[Saved data entries]
%%

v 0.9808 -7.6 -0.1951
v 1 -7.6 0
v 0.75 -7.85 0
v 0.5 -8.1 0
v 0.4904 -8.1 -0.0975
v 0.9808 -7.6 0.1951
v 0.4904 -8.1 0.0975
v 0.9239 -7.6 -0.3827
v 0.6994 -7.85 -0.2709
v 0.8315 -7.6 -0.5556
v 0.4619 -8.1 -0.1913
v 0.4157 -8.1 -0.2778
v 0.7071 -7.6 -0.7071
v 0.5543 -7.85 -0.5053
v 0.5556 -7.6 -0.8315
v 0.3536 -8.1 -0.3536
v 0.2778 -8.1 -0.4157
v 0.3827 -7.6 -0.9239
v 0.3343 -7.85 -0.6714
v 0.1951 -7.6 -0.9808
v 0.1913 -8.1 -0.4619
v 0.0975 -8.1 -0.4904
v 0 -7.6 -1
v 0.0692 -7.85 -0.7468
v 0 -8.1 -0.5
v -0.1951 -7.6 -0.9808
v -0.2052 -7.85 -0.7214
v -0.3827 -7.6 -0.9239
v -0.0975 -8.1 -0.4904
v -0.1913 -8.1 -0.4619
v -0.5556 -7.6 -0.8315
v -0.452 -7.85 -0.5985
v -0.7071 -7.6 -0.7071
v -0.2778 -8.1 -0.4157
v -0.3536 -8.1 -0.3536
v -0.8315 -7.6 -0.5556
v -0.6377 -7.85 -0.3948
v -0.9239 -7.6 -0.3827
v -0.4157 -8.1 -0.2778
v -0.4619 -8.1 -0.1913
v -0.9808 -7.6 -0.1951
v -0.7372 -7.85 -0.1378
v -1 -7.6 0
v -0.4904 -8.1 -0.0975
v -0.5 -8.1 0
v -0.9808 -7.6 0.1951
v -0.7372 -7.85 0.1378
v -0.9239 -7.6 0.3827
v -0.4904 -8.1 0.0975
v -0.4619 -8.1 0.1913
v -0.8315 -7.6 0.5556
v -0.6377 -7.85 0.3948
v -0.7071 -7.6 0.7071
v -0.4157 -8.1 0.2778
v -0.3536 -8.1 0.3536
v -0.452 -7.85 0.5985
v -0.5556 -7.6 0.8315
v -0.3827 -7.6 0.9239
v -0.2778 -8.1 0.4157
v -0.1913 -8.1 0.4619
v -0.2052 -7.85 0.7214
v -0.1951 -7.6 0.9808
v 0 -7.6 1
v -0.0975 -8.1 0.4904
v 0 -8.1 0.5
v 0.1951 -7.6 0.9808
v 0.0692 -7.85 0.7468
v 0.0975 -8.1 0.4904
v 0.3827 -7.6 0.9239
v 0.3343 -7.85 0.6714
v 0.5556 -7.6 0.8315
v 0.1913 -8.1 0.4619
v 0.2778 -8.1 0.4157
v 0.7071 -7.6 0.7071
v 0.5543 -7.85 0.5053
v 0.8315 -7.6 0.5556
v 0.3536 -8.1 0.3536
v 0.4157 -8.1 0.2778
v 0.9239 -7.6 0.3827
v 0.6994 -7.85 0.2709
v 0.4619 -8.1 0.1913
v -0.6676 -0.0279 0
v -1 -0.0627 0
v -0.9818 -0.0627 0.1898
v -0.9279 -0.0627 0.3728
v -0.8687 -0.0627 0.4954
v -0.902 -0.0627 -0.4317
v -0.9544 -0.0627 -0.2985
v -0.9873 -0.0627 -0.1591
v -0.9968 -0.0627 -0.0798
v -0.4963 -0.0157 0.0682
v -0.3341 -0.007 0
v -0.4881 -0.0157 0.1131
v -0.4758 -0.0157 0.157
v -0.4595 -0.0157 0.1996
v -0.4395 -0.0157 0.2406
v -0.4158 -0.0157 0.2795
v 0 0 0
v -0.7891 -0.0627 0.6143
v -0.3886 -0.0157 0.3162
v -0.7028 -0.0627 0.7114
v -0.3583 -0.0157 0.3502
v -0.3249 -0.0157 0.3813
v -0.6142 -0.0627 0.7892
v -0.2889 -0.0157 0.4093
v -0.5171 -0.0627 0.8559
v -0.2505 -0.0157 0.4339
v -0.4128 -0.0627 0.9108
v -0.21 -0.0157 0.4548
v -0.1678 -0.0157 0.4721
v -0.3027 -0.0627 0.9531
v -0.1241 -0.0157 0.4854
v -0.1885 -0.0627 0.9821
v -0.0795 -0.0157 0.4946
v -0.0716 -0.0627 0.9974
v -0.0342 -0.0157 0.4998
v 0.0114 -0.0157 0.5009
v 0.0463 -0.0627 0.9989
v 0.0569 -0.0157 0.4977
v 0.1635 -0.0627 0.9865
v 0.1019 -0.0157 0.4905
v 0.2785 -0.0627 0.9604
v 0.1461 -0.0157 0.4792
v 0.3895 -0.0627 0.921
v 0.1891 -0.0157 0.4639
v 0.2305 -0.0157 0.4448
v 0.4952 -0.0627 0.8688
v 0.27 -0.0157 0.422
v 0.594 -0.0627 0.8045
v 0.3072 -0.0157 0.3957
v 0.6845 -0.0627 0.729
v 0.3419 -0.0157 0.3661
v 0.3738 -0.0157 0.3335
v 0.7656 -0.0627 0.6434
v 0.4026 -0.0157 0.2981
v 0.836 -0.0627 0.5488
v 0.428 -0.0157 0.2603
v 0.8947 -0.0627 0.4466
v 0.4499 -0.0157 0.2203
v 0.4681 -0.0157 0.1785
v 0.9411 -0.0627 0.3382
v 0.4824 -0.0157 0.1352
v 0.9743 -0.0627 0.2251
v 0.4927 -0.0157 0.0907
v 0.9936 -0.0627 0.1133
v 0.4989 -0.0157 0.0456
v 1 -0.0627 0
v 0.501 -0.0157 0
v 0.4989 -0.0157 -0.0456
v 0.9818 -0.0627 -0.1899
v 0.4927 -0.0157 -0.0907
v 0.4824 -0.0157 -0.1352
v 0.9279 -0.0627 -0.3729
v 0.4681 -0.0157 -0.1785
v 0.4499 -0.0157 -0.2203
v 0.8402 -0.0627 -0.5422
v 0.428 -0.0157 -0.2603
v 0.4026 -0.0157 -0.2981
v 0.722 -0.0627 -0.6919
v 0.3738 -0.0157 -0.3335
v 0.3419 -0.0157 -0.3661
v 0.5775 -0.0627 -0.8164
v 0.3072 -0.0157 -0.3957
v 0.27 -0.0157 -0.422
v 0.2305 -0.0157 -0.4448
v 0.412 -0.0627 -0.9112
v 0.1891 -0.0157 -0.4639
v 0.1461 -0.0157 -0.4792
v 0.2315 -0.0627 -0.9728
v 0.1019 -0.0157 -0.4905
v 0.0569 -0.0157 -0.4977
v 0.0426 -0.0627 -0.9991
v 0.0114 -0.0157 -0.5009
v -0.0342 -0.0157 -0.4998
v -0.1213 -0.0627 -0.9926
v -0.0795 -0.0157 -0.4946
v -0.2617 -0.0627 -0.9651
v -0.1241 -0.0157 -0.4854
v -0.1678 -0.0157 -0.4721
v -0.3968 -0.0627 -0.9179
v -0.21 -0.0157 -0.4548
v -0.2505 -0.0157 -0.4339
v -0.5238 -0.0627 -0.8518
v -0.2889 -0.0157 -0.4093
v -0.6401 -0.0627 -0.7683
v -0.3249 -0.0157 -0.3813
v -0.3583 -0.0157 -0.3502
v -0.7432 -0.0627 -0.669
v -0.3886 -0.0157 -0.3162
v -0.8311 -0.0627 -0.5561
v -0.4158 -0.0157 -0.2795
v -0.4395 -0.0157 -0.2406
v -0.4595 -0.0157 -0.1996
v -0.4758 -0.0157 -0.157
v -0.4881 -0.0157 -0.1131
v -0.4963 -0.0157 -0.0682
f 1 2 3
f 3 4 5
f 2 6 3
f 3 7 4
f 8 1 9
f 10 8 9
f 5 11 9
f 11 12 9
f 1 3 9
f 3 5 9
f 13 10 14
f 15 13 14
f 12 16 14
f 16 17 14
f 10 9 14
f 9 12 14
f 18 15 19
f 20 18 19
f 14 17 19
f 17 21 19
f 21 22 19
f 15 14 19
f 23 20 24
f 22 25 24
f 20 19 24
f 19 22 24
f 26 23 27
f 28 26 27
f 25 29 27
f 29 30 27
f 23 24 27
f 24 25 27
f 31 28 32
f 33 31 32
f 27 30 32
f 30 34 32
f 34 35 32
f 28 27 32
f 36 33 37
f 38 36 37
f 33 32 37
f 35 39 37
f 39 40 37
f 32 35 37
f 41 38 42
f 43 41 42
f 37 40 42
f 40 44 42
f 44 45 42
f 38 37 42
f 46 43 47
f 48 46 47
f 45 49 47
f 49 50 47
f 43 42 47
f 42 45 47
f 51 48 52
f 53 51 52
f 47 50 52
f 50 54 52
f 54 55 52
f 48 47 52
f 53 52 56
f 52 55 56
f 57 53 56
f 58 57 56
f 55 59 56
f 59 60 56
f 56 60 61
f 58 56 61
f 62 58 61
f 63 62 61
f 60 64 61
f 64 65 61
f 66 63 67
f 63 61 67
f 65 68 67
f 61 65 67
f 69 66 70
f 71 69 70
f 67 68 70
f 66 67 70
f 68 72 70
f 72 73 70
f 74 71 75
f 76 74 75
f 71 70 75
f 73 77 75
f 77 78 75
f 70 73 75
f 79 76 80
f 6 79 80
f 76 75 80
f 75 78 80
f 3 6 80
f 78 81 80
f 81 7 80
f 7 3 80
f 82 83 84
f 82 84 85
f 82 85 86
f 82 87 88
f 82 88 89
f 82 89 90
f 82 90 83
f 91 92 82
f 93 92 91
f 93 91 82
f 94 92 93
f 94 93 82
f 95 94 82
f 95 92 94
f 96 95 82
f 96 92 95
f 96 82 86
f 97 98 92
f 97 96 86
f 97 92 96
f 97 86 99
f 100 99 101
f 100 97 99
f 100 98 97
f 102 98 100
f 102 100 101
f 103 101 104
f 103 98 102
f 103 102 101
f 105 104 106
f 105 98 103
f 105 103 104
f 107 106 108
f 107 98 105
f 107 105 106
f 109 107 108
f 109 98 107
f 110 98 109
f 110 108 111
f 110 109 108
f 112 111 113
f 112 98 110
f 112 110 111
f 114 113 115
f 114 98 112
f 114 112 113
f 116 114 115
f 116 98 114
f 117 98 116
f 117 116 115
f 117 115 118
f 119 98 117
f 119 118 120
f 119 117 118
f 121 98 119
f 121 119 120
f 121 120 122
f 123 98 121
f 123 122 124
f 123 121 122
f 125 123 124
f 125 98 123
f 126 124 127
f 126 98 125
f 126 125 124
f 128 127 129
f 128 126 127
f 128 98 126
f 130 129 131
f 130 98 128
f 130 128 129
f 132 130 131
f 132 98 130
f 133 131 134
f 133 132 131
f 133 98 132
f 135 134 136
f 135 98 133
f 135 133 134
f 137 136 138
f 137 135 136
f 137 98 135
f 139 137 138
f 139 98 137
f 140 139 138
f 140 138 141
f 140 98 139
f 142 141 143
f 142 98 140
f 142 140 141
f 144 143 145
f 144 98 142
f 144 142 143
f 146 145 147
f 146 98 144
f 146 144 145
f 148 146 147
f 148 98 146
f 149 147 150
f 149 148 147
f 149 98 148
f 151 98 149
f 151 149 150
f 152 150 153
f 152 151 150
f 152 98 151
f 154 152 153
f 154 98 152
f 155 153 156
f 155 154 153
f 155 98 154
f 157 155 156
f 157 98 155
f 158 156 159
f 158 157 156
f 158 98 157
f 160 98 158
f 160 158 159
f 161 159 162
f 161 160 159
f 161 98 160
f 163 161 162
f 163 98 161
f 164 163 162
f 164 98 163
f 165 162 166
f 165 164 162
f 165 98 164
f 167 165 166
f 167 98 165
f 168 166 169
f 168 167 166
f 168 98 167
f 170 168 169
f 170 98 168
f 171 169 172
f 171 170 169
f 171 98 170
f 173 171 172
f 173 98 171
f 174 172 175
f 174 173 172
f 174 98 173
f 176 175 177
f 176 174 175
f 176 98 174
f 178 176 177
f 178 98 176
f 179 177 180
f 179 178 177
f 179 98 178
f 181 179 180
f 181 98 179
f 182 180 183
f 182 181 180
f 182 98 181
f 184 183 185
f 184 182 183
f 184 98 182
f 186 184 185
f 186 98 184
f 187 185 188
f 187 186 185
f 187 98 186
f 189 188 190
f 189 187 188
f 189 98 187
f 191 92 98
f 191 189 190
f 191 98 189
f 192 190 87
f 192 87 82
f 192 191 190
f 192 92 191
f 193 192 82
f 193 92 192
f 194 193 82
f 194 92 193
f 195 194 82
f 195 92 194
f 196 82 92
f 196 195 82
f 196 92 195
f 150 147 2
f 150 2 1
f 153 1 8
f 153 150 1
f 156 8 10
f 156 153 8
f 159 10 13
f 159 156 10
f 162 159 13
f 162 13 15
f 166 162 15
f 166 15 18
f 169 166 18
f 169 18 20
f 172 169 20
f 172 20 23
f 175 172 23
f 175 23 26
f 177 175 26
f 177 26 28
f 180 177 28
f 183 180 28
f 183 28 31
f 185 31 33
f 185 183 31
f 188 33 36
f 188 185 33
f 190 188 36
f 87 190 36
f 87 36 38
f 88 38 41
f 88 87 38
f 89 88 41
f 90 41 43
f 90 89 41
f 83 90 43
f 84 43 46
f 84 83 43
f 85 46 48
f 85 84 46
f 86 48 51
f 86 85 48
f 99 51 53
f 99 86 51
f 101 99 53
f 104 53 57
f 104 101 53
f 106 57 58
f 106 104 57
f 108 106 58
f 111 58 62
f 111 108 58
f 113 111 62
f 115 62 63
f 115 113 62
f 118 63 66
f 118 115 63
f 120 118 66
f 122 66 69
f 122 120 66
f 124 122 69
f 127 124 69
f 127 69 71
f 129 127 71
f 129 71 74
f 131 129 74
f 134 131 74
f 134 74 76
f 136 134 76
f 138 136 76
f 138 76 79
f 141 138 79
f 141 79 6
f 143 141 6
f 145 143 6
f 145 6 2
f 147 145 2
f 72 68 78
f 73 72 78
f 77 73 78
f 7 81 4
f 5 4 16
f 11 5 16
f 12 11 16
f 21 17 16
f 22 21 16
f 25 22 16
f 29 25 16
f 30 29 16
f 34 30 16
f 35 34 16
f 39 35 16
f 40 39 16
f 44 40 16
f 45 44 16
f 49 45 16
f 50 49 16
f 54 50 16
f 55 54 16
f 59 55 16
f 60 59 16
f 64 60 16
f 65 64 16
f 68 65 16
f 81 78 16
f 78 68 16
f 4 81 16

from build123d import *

# Parameters (mm, degrees)
SKETCH1_R                 = 1
BOSS_EXTRUDE_8_10MM_DEPTH = 8.1
F_0_5_X_45_DEG_SIZE       = 0.5


with BuildPart() as part:
    # Sketch1 → Boss-Extrude 8.10mm (new body)
    with BuildSketch(Plane(origin=(0, 0, 0), x_dir=(1, 0, 0), z_dir=(0, 1, 0))):
        Circle(SKETCH1_R)
    extrude(amount=-BOSS_EXTRUDE_8_10MM_DEPTH)

    # 0.5 x 45 deg
    f_0_5_x_45_deg_edges = [part.edges().sort_by_distance(p)[0] for p in [
        (-1, -8.1, 0),
    ]]
    chamfer(f_0_5_x_45_deg_edges, length=F_0_5_X_45_DEG_SIZE)

    # Sketch2 → SR8 (revolve, cut)
    with BuildSketch(Plane.XY):
        with BuildLine():
            Line((0, 2), (-2, 2))
            Line((-2, 2), (-2, -0.254033308))
            ThreePointArc((-2, -0.254033308), (-1.00803434, -0.06376243), (0, 0))
            Line((0, 0), (0, 2))
        make_face()
    revolve(axis=Axis((0, 0, 0), (0, 1, 0)), mode=Mode.SUBTRACT)


solid = part.part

%%

Starting at the line that has "v 0 -8.1 0.5" and ending at the line that has "v -0.4128 -0.0627 0.9108", please write out the lines above exactly, leaving out all others.

v 0 -8.1 0.5
v 0.1951 -7.6 0.9808
v 0.0692 -7.85 0.7468
v 0.0975 -8.1 0.4904
v 0.3827 -7.6 0.9239
v 0.3343 -7.85 0.6714
v 0.5556 -7.6 0.8315
v 0.1913 -8.1 0.4619
v 0.2778 -8.1 0.4157
v 0.7071 -7.6 0.7071
v 0.5543 -7.85 0.5053
v 0.8315 -7.6 0.5556
v 0.3536 -8.1 0.3536
v 0.4157 -8.1 0.2778
v 0.9239 -7.6 0.3827
v 0.6994 -7.85 0.2709
v 0.4619 -8.1 0.1913
v -0.6676 -0.0279 0
v -1 -0.0627 0
v -0.9818 -0.0627 0.1898
v -0.9279 -0.0627 0.3728
v -0.8687 -0.0627 0.4954
v -0.902 -0.0627 -0.4317
v -0.9544 -0.0627 -0.2985
v -0.9873 -0.0627 -0.1591
v -0.9968 -0.0627 -0.0798
v -0.4963 -0.0157 0.0682
v -0.3341 -0.007 0
v -0.4881 -0.0157 0.1131
v -0.4758 -0.0157 0.157
v -0.4595 -0.0157 0.1996
v -0.4395 -0.0157 0.2406
v -0.4158 -0.0157 0.2795
v 0 0 0
v -0.7891 -0.0627 0.6143
v -0.3886 -0.0157 0.3162
v -0.7028 -0.0627 0.7114
v -0.3583 -0.0157 0.3502
v -0.3249 -0.0157 0.3813
v -0.6142 -0.0627 0.7892
v -0.2889 -0.0157 0.4093
v -0.5171 -0.0627 0.8559
v -0.2505 -0.0157 0.4339
v -0.4128 -0.0627 0.9108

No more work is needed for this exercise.